#### [Required action]
Of the lines in the data below, write out exactly those from the one holding "# Sketch3 → Boss-Extrude2 (add)" through the one holding "(-65, -25), align=None)", both included.

----------------

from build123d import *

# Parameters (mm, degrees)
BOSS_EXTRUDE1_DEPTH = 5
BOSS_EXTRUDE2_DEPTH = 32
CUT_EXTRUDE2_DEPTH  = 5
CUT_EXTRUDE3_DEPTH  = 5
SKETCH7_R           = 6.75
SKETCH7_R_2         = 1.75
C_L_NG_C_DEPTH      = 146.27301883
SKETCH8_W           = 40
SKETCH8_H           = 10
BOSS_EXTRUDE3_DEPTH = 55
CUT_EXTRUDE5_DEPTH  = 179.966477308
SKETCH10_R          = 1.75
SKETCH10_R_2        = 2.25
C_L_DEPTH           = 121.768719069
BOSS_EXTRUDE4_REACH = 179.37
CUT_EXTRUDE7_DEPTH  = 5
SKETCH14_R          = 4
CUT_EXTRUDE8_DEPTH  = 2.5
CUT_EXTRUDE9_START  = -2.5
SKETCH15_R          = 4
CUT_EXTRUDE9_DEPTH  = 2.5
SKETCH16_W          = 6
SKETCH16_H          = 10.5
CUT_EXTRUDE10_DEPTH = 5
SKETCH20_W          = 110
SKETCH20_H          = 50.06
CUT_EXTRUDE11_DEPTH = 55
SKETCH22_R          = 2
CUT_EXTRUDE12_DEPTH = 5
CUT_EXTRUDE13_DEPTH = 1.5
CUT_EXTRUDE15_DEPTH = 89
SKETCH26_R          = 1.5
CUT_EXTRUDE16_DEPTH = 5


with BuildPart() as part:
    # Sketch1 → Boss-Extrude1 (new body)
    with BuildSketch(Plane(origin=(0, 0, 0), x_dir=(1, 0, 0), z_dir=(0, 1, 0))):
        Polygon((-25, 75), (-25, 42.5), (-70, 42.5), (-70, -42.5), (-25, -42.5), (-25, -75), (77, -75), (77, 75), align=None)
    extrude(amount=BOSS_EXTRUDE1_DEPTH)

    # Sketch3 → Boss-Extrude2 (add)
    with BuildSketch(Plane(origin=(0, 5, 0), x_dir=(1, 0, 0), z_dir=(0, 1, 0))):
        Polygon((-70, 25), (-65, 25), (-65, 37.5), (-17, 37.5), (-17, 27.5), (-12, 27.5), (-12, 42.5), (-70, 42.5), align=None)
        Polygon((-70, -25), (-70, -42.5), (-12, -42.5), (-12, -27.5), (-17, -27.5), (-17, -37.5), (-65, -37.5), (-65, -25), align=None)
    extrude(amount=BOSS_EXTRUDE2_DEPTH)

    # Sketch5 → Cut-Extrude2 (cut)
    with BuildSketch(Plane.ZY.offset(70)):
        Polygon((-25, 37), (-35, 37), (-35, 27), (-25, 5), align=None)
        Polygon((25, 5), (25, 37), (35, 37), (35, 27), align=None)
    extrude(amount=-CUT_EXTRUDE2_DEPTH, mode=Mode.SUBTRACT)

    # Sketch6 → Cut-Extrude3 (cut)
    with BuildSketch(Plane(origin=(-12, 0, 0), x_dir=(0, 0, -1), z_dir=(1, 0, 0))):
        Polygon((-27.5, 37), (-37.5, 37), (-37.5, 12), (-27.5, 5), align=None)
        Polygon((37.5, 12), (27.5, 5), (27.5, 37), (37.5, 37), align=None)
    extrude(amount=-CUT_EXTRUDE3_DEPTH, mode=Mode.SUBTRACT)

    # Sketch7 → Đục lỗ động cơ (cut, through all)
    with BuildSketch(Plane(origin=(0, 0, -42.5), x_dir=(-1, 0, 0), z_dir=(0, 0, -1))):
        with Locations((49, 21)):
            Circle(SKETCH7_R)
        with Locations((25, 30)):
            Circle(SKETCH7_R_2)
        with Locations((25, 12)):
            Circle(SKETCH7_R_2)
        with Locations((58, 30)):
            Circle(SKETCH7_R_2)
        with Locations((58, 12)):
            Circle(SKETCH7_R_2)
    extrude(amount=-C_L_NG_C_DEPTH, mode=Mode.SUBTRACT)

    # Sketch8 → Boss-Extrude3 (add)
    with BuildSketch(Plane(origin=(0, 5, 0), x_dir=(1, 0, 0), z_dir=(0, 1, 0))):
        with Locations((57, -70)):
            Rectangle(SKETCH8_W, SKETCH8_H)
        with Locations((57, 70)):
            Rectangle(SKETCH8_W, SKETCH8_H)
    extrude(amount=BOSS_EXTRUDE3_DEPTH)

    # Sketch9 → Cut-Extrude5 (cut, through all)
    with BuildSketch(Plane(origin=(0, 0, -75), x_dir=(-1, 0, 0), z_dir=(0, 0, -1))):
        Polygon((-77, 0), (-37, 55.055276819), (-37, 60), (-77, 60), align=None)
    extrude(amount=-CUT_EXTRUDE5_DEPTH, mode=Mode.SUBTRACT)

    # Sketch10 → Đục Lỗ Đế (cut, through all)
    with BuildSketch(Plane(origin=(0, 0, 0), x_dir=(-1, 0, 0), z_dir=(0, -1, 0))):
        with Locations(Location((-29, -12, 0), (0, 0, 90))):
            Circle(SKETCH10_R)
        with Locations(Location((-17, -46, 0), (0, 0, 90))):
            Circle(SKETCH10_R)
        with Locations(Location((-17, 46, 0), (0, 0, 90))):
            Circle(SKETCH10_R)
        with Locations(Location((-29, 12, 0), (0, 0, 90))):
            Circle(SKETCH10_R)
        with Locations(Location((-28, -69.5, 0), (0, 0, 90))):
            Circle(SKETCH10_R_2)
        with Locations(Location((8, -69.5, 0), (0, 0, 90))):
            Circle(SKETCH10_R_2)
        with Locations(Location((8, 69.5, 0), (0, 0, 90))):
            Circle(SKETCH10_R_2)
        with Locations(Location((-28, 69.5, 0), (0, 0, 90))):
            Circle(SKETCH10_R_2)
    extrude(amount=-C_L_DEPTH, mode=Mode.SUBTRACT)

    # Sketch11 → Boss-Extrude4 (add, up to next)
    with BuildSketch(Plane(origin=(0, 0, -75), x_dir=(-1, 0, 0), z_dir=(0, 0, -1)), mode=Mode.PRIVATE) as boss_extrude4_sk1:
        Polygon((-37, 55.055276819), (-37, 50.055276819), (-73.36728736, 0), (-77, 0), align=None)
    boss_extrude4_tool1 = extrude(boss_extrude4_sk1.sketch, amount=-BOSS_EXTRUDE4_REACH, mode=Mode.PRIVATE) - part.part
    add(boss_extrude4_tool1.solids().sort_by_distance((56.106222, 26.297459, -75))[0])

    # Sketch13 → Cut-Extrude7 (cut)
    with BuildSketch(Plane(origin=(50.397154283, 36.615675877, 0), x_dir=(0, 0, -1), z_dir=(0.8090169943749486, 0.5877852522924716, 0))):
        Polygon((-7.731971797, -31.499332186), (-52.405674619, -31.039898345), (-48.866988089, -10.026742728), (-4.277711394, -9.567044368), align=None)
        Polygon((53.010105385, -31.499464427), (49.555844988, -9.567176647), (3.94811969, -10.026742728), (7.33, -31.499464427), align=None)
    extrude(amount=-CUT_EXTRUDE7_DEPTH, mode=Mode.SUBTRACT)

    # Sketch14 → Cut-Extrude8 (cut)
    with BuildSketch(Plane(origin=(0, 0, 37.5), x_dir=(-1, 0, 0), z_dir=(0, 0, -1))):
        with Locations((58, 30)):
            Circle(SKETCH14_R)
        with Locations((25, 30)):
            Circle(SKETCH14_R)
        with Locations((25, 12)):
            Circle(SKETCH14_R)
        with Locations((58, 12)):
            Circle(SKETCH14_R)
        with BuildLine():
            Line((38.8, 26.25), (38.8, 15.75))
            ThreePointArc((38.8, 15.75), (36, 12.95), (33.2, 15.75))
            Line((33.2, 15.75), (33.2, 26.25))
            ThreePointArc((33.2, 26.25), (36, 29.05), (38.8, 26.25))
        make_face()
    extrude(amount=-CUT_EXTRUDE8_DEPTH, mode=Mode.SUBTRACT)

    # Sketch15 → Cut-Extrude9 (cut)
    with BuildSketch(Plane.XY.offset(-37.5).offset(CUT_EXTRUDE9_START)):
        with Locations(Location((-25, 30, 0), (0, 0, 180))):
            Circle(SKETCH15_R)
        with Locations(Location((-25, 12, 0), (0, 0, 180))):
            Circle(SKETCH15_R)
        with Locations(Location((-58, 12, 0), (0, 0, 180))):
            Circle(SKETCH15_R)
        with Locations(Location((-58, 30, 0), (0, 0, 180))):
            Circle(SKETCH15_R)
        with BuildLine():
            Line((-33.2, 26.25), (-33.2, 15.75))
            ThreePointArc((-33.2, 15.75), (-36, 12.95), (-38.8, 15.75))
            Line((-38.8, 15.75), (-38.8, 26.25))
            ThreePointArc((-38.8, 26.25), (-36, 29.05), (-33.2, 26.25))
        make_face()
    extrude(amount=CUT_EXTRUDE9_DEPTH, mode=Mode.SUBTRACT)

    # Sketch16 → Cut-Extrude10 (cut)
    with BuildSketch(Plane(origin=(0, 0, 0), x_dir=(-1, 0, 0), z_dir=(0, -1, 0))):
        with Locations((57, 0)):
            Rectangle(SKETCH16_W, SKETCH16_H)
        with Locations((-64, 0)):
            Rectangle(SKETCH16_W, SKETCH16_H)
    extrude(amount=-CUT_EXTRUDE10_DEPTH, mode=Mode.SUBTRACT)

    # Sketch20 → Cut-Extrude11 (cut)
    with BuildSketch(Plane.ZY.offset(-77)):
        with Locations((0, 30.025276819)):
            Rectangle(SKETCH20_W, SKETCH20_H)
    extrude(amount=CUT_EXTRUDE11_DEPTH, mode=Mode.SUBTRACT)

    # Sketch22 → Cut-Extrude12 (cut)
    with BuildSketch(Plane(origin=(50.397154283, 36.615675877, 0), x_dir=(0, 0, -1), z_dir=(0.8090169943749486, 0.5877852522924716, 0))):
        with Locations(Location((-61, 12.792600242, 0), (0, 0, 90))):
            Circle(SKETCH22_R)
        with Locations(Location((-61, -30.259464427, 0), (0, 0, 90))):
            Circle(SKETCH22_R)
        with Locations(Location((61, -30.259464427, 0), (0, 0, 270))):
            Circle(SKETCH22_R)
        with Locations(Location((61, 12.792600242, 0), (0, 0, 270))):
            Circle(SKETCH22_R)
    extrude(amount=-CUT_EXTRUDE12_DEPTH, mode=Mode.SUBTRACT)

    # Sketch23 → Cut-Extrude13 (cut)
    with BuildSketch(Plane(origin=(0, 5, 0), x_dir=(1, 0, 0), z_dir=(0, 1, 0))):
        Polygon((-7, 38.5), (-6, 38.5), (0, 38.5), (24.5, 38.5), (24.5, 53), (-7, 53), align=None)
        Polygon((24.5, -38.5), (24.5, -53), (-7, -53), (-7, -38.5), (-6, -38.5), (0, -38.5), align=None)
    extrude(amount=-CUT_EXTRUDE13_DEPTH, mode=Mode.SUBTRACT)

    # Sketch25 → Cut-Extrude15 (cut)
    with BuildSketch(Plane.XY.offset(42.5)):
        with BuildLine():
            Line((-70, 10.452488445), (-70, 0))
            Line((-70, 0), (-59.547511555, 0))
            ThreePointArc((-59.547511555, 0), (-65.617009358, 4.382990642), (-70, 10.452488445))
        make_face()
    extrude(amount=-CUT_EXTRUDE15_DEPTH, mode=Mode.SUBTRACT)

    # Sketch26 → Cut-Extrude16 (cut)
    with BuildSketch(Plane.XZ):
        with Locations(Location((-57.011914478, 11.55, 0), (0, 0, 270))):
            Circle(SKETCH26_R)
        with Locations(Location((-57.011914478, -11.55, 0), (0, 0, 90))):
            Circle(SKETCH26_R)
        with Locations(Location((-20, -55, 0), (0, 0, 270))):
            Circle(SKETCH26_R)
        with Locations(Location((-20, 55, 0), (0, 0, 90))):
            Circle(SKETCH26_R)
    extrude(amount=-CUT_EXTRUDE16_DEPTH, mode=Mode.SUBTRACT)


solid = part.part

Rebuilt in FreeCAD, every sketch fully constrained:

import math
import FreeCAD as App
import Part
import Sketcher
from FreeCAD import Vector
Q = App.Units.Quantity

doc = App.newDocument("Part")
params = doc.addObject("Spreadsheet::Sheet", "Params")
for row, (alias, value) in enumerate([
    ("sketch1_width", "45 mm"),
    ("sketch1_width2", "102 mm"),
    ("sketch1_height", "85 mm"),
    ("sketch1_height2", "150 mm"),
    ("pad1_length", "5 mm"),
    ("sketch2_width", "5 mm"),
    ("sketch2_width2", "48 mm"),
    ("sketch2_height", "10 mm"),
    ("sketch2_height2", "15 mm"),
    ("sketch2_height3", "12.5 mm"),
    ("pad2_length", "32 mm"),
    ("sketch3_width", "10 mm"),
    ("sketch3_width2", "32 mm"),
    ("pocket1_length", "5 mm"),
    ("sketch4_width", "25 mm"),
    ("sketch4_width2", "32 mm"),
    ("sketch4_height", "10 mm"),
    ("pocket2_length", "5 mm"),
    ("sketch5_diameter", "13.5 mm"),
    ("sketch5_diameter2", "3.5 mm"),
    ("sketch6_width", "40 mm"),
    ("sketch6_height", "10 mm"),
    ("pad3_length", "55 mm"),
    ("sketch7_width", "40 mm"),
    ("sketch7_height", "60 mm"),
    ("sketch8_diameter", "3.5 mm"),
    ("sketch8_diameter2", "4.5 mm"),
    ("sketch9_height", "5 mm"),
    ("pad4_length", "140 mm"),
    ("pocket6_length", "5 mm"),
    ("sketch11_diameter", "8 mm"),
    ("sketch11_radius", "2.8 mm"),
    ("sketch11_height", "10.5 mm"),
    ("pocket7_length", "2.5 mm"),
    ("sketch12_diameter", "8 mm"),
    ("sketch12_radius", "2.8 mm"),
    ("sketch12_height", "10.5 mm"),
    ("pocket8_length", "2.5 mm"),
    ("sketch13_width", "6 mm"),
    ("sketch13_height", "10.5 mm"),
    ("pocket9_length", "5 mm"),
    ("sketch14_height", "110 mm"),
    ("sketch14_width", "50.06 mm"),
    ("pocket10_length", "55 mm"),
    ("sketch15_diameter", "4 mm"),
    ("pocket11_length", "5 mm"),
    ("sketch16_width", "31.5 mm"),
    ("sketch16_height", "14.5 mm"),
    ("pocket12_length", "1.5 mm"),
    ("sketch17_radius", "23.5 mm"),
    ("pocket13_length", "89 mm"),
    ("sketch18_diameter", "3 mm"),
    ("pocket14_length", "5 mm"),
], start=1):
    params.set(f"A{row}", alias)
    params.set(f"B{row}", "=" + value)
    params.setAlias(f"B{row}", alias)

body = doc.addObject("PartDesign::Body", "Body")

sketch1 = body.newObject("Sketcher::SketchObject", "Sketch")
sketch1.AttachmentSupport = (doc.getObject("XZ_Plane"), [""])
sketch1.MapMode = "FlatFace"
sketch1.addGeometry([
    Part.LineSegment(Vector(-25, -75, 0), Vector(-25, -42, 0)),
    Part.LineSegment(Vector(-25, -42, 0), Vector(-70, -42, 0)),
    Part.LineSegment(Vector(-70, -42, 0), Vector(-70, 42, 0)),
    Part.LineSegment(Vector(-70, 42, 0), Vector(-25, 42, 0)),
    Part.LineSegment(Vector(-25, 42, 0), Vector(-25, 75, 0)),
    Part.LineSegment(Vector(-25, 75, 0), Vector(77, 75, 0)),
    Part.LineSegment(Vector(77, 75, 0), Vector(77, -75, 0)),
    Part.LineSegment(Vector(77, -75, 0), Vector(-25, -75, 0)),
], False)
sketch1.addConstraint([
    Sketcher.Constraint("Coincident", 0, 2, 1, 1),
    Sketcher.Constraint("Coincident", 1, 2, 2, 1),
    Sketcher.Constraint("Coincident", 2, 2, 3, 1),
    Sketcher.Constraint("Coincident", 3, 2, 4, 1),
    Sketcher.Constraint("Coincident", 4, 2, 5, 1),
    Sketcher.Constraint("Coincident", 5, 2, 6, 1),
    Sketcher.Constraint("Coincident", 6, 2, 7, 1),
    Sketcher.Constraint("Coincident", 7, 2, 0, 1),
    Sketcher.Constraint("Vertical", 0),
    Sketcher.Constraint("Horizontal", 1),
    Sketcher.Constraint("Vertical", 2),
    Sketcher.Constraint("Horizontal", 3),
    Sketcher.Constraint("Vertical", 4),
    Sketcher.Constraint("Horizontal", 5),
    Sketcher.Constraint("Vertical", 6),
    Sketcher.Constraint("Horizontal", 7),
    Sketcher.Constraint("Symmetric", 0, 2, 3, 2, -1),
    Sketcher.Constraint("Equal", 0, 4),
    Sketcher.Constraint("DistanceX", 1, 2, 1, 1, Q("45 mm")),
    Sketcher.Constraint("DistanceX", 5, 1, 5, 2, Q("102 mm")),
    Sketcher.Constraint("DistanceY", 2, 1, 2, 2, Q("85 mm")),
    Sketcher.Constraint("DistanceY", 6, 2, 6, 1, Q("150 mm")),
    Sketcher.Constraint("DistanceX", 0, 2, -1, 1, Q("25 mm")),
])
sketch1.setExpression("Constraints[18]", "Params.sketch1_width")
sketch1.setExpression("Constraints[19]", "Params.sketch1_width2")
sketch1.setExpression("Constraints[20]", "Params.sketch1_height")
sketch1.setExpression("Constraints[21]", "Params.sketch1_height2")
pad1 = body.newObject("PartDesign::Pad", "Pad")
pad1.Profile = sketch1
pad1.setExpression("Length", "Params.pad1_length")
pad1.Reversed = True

----------------

#### [Solution to this problem]
    # Sketch3 → Boss-Extrude2 (add)
    with BuildSketch(Plane(origin=(0, 5, 0), x_dir=(1, 0, 0), z_dir=(0, 1, 0))):
        Polygon((-70, 25), (-65, 25), (-65, 37.5), (-17, 37.5), (-17, 27.5), (-12, 27.5), (-12, 42.5), (-70, 42.5), align=None)
        Polygon((-70, -25), (-70, -42.5), (-12, -42.5), (-12, -27.5), (-17, -27.5), (-17, -37.5), (-65, -37.5), (-65, -25), align=None)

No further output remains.